A família nobre da Catalunha, com casas ancestrais na cidade de Barcelona, está documentada no século XVI e em San Andrés de Llavaneras (Barcelona), com seu proprietário N. Llull, citado na Fogueración catalã de 1553.
Ramón Llull pertencia à Catalunha, conquistando posteriormente Maiorca, e na distribuição geral das terras, foi-lhe atribuída a quinta Bniatron com doze peças no município de Pollensa, que no século XIX pertencia a Antonia Blunasar de Campanet e Rahal Aliebiti, de duas peças de teatro perto de Palma.

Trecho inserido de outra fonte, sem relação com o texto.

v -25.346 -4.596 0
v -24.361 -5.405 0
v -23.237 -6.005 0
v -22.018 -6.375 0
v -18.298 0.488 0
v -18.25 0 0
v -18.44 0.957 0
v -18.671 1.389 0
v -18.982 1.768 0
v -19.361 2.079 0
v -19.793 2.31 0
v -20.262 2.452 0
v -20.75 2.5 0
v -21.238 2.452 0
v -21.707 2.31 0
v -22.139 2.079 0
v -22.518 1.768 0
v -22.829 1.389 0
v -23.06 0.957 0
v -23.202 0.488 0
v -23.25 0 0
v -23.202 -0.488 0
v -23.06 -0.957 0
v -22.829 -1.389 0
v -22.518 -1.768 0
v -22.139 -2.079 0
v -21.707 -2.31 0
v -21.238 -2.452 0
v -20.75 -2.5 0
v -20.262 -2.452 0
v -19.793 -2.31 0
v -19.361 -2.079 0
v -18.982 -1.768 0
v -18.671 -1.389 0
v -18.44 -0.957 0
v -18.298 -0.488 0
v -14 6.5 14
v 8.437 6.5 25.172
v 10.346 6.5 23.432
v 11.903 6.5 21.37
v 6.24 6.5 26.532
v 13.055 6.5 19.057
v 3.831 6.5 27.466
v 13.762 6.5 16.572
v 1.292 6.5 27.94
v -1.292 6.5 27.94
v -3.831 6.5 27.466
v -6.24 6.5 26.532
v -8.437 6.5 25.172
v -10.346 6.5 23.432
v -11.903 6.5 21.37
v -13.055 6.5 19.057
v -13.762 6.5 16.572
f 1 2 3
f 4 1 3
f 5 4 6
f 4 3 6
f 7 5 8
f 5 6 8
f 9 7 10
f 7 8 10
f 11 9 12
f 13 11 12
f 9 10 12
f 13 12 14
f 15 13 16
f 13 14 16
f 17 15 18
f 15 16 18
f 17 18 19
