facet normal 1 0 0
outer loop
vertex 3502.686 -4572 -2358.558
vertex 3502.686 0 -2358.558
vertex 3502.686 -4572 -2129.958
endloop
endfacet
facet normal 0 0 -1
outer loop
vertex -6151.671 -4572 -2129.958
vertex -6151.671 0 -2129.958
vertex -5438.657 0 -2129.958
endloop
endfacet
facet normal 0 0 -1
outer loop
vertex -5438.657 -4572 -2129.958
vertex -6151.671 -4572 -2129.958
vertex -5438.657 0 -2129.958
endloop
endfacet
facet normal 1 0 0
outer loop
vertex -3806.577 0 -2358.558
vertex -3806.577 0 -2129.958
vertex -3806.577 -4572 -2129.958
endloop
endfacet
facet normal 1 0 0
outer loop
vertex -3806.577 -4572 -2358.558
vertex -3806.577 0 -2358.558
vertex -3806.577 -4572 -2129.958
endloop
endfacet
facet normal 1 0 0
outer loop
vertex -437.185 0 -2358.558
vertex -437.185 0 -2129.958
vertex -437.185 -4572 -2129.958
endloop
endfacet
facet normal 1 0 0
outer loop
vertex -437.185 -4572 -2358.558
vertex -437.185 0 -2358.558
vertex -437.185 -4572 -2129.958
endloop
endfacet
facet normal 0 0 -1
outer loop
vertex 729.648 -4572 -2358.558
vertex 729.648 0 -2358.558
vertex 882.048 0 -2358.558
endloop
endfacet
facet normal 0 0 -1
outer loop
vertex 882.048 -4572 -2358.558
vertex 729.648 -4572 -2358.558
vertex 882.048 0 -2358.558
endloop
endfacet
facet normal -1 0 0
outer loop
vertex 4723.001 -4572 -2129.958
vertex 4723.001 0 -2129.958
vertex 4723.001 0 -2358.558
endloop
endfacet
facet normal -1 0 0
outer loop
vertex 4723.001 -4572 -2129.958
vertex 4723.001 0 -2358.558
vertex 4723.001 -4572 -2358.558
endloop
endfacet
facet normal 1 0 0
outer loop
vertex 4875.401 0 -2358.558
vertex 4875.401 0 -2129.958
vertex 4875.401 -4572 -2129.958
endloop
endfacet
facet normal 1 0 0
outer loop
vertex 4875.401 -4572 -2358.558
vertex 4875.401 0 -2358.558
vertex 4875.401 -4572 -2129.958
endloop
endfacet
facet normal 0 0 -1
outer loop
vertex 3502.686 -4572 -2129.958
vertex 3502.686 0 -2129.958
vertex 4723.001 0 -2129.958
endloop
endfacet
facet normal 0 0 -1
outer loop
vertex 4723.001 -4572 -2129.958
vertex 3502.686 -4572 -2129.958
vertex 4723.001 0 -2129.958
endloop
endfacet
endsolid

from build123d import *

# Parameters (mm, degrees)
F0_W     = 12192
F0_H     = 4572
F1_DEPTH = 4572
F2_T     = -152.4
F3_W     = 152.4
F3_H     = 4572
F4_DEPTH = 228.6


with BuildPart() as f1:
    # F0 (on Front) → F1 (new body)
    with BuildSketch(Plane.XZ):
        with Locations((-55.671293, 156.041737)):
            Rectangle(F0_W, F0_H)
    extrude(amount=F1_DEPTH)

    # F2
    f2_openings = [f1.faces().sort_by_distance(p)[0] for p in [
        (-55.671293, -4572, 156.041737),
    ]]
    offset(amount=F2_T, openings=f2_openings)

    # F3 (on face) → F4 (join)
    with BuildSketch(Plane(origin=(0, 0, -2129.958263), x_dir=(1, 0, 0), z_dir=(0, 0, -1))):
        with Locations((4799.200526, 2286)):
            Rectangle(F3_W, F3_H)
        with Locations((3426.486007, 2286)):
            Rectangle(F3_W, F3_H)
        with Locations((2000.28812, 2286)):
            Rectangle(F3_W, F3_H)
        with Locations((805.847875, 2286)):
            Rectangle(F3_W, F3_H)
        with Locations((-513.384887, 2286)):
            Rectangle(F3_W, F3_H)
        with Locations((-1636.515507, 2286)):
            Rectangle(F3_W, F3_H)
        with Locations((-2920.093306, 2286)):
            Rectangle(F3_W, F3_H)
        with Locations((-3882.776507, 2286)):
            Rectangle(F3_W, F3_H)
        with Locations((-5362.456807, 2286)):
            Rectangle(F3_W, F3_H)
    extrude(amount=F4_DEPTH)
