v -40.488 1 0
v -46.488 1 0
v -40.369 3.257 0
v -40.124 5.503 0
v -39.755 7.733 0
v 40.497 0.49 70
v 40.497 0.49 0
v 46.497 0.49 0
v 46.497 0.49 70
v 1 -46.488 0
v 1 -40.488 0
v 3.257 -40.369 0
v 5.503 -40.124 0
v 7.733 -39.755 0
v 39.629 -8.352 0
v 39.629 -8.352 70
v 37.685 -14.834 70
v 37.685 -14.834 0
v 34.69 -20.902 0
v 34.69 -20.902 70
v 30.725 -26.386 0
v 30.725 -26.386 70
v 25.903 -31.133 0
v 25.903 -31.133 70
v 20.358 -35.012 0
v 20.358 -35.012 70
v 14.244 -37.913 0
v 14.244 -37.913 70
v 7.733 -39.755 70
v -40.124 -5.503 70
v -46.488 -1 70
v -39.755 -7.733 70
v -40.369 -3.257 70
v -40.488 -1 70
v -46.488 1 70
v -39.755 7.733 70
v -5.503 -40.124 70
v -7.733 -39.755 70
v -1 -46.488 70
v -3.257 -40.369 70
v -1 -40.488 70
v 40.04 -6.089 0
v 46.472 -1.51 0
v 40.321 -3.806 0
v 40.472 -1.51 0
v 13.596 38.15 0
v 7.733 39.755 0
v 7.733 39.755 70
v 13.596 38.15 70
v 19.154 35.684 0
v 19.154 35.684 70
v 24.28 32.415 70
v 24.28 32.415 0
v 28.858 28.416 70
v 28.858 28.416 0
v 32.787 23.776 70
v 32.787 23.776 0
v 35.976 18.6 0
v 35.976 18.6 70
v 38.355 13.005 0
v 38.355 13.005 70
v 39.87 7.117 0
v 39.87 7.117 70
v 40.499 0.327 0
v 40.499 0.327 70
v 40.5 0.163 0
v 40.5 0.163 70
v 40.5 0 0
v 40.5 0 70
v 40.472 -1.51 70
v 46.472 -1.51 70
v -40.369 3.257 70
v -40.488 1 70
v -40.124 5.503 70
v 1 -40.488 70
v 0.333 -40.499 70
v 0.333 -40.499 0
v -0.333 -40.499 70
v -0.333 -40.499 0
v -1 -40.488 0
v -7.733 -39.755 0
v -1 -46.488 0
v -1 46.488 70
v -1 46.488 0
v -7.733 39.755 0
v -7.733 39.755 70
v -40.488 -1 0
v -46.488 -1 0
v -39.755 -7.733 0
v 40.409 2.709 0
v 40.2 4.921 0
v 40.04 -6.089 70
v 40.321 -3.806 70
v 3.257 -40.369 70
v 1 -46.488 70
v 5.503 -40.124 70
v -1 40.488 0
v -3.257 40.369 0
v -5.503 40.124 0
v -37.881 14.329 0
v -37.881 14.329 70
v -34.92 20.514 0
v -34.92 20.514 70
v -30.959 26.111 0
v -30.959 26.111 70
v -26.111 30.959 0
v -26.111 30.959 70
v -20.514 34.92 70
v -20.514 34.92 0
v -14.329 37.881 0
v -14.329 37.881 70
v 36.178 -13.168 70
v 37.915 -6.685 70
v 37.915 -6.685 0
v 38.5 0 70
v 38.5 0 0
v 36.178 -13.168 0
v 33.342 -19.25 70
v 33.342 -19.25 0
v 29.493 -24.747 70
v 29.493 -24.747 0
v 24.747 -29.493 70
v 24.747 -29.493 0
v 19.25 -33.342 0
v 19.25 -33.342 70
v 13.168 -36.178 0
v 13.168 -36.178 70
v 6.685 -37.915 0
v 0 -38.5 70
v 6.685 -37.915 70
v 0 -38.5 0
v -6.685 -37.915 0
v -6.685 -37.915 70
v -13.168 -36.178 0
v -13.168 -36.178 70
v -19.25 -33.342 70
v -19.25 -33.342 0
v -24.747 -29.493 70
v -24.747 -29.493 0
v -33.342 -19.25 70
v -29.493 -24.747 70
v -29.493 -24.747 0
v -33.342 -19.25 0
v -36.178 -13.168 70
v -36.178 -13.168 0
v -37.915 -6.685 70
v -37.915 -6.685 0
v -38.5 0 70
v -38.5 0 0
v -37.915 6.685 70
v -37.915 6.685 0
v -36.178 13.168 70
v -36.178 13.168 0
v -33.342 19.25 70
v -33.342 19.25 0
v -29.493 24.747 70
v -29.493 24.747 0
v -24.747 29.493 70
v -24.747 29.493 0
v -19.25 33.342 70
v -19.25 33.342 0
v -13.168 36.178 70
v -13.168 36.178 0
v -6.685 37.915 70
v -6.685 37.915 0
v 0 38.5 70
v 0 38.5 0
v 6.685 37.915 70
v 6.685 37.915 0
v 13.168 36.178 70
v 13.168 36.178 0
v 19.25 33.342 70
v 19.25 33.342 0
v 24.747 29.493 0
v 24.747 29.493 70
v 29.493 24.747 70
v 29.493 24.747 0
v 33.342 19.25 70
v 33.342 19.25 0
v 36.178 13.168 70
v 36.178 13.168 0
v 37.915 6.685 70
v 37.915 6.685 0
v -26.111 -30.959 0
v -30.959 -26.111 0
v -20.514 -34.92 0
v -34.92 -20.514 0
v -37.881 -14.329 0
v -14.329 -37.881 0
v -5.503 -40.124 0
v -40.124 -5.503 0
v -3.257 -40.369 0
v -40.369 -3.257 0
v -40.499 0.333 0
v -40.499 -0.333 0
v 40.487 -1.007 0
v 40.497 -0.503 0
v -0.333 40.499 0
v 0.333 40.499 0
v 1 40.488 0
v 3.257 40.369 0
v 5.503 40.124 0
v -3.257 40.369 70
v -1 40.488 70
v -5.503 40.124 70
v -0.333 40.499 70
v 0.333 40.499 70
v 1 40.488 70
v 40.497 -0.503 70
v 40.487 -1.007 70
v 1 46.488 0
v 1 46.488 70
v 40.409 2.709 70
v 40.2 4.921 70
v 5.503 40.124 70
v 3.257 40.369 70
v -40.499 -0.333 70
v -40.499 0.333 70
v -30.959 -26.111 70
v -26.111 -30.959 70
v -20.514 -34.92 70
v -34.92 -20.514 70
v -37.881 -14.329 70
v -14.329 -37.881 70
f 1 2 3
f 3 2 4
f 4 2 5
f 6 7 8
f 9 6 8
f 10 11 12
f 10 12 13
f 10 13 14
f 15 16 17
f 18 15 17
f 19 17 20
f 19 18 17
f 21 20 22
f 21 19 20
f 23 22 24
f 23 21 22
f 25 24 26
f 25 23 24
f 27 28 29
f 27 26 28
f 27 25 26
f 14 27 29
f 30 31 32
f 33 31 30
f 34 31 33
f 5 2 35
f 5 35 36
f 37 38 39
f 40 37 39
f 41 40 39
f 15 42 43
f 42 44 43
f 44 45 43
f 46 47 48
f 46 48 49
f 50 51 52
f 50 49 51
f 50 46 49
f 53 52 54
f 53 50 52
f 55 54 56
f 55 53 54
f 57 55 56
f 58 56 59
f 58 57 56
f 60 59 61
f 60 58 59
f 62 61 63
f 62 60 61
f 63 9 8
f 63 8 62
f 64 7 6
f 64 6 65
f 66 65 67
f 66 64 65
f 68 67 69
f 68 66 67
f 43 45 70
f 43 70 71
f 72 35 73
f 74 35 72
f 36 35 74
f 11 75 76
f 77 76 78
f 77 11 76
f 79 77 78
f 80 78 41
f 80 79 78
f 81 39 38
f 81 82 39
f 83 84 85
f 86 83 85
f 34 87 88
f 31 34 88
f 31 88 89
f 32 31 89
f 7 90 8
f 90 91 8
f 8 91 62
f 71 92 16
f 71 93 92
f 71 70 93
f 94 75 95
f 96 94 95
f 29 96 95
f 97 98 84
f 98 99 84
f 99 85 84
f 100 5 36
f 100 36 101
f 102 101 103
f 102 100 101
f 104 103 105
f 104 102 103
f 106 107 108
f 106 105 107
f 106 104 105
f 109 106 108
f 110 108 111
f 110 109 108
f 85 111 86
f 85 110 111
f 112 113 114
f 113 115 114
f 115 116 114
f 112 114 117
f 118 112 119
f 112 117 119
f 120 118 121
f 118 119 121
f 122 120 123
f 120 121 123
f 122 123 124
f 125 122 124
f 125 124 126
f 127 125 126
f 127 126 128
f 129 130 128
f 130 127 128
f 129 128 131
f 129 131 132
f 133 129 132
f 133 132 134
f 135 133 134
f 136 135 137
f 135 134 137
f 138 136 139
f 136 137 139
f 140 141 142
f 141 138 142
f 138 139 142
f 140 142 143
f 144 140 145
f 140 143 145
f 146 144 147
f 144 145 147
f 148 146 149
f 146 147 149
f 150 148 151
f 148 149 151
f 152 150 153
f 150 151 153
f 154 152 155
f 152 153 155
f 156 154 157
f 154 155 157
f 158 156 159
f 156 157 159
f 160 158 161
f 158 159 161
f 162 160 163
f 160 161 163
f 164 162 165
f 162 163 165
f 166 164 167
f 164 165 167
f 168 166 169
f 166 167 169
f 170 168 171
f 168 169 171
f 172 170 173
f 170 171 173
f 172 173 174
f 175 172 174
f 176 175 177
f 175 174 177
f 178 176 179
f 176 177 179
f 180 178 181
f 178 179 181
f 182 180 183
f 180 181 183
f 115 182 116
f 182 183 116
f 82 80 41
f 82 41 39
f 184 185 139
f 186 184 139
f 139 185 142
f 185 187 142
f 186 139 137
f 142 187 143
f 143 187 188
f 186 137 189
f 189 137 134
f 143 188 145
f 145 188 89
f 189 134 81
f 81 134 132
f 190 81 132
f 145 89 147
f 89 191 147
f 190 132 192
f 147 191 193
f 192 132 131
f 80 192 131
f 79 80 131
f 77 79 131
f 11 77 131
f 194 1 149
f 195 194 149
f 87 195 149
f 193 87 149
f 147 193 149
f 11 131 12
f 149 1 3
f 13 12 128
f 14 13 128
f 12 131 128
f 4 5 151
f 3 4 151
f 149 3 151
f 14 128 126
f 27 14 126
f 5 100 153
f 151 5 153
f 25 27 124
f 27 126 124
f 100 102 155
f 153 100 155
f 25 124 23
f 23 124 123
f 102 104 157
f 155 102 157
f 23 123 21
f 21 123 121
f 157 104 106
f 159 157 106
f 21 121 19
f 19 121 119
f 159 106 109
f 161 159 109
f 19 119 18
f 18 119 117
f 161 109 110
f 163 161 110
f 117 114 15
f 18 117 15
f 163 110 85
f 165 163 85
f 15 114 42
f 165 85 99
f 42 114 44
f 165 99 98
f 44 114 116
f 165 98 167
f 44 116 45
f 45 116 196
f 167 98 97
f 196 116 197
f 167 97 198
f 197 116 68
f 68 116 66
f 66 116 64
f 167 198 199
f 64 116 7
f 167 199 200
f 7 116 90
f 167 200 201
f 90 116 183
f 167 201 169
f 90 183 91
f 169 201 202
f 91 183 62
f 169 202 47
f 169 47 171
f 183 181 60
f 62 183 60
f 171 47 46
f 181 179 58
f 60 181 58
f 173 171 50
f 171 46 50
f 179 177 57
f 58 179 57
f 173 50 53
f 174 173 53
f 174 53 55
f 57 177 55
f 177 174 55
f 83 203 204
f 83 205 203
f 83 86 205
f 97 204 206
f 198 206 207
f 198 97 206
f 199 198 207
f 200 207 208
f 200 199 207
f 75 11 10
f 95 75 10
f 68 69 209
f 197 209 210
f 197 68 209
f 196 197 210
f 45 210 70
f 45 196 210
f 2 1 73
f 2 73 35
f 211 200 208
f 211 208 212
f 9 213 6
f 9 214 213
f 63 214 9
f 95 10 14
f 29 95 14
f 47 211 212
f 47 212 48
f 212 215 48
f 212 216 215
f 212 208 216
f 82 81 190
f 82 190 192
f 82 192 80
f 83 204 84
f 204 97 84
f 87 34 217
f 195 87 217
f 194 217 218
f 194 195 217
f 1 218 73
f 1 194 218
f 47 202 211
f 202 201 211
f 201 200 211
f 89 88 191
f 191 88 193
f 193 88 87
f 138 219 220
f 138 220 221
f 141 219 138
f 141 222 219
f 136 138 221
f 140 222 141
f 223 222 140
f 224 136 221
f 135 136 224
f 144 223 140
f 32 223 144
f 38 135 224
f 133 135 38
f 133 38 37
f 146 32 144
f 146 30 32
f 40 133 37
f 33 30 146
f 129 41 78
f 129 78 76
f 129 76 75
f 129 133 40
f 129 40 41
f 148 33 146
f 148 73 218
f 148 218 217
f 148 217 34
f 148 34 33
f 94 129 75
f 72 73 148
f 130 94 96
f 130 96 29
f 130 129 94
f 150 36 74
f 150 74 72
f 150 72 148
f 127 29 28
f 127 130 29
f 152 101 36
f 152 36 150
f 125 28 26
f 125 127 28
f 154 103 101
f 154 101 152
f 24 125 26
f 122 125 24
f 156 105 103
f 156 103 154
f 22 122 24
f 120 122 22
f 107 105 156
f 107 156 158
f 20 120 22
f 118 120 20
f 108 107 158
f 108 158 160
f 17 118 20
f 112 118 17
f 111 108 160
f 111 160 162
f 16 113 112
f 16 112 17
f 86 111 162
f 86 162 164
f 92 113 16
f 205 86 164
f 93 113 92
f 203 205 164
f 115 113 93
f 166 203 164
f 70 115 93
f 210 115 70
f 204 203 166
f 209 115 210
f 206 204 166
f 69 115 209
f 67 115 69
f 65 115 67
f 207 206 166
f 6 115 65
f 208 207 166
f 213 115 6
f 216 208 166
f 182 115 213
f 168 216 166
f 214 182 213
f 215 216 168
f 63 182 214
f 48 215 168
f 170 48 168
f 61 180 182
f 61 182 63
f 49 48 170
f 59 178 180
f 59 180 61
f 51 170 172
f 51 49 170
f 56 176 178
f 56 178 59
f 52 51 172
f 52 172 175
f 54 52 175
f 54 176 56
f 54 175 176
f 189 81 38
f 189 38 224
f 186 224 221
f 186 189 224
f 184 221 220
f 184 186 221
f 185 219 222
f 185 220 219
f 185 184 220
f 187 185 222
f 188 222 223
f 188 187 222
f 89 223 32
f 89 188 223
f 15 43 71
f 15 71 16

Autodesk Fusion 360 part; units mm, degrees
sketch "Sketch1" plane through (0, 0, 0) normal (0, 0, 1) x (1, 0, 0)
  circle A0 centre (0, 0) radius 38.5
  circle A1 centre (0, 0) radius 40.5
  line L0 (40.497, 0.49) -> (46.497, 0.49)
  line L1 (46.497, 0.49) -> (39.8697, 7.1173)
  line L2 (46.497, 0.49) -> (37.1246, 0.49) construction
  line L3 (46.497, 0.49) -> (46.497, -1.51) construction
  line L4 (37.1246, 0.49) -> (37.1246, -1.51) construction
  line L5 (37.1246, -1.51) -> (40.4718, -1.51) construction
  line L6 (40.4718, -1.51) -> (46.4718, -1.51)
  line L7 (46.4718, -1.51) -> (39.6294, -8.3525)
  line L8 (-1, 37) -> (1, 37) construction
  line L9 (1, 37) -> (1, 40.4877) construction
  line L10 (-1, 37) -> (-1, 40.4877) construction
  line L11 (-1, 40.4877) -> (-1, 46.4877)
  line L12 (-1, 46.4877) -> (-7.7327, 39.7549)
  line L13 (1, 40.4877) -> (1, 46.4877)
  line L14 (1, 46.4877) -> (7.7327, 39.7549)
  line L15 (-35, 1) -> (-35, -1) construction
  line L16 (-35, -1) -> (-40.4877, -1) construction
  line L17 (-35, 1) -> (-40.4877, 1) construction
  line L18 (-40.4877, -1) -> (-46.4877, -1)
  line L19 (-46.4877, -1) -> (-39.7549, -7.7327)
  line L20 (-40.4877, 1) -> (-46.4877, 1)
  line L21 (-46.4877, 1) -> (-39.7549, 7.7327)
  line L22 (-1, -37.5) -> (1, -37.5) construction
  line L23 (1, -37.5) -> (1, -40.4877) construction
  line L24 (-1, -37.5) -> (-1, -40.4877) construction
  line L25 (-1, -40.4877) -> (-1, -46.4877)
  line L26 (-1, -46.4877) -> (-7.7327, -39.7549)
  line L27 (1, -40.4877) -> (1, -46.4877)
  line L28 (1, -46.4877) -> (7.7327, -39.7549)
  dimension "d5" = 77
  dimension "d6" = 81
  dimension "d7" = 81
  dimension "d8" = 6
  dimension "d9" = 45
  dimension "d10" = 2
  dimension "d11" = 2
  dimension "d12" = 6
  dimension "d13" = 45
  dimension "d14" = 2
  dimension "d15" = 6
  dimension "d16" = 45
  dimension "d17" = 6
  dimension "d18" = 45
  dimension "d19" = 2
  dimension "d20" = 6
  dimension "d21" = 45
  dimension "d22" = 6
  dimension "d23" = 45
  dimension "d24" = 2
  dimension "d25" = 6
  dimension "d26" = 45
  dimension "d27" = 6
  dimension "d28" = 45
extrude "Extrude1" add sketch "Sketch1" along normal blind 70
equation "ytredim = 77 mm"
equation "lengdeholder = 6 mm"
equation "breddeholder = 2 mm"
equation "gradholder = 45 deg"
equation "d5 = ytredim"
equation "d6 = ytredim + 4 mm"
equation "d8 = lengdeholder"
equation "d9 = gradholder"
equation "d10 = breddeholder"
equation "d11 = breddeholder"
equation "d12 = lengdeholder"
equation "d13 = gradholder"
equation "d14 = breddeholder"
equation "d15 = lengdeholder"
equation "d16 = gradholder"
equation "d17 = lengdeholder"
equation "d18 = gradholder"
equation "d19 = breddeholder"
equation "d20 = lengdeholder"
equation "d21 = gradholder"
equation "d22 = lengdeholder"
equation "d23 = gradholder"
equation "d24 = breddeholder"
equation "d25 = lengdeholder"
equation "d26 = gradholder"
equation "d27 = lengdeholder"
equation "d28 = gradholder"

Outro Ramón Llull foi empossado em 1295 e 1298, e Ramón Llull y Heril, filho do conquistador, foi senescal do rei Jaime II de Maiorca e grande filósofo, conhecido como a Trombeta do Espírito Santo, que foi venerado em os altares com o nome do Beato Ramón Llull, morreu em 1315 em Bejaia (atual Argélia) como mártir.
Domingo Llull serviu aos reis de Maiorca e Gerardo Llull, Senhor de Beniatron, prestou juramento e homenagem ao rei D. Pedro IV de Aragão em 1343 em nome da cidade de Uyalfas. Antonio Llull y Ballester foi consultor jurídico, teólogo e professor da Universidade de Dole, no Franche-Comté. Ele morreu em 1582 em Besançon (França).
O ramo desta família, dono da propriedade Llull e da cavalaria de Manacor, terminou e foi sucedido pela família Ballester, e esta última pelo Conde de Ayamans.
Galceran Pablo de Llull y Sestrada, estimado cidadão de Barcelona, foi elevado à categoria de Cavaleiro das Esporas de Ouro do Principado da Catalunha pelo Rei Carlos I e participou nas Cortes de Monzón em 1537. Casou-se com Isabel de Margarit y Sestrada e era filho de Galceran Tomás Llull y Llull, estimado cidadão de Barcelona, conselheiro e curador das Cortes da Arma Real, auditor da Generalitat da Catalunha, e de Leonor Benita Sestrada y de Bussot.
Domingo Llull viveu em Valência de 1354 a 1373.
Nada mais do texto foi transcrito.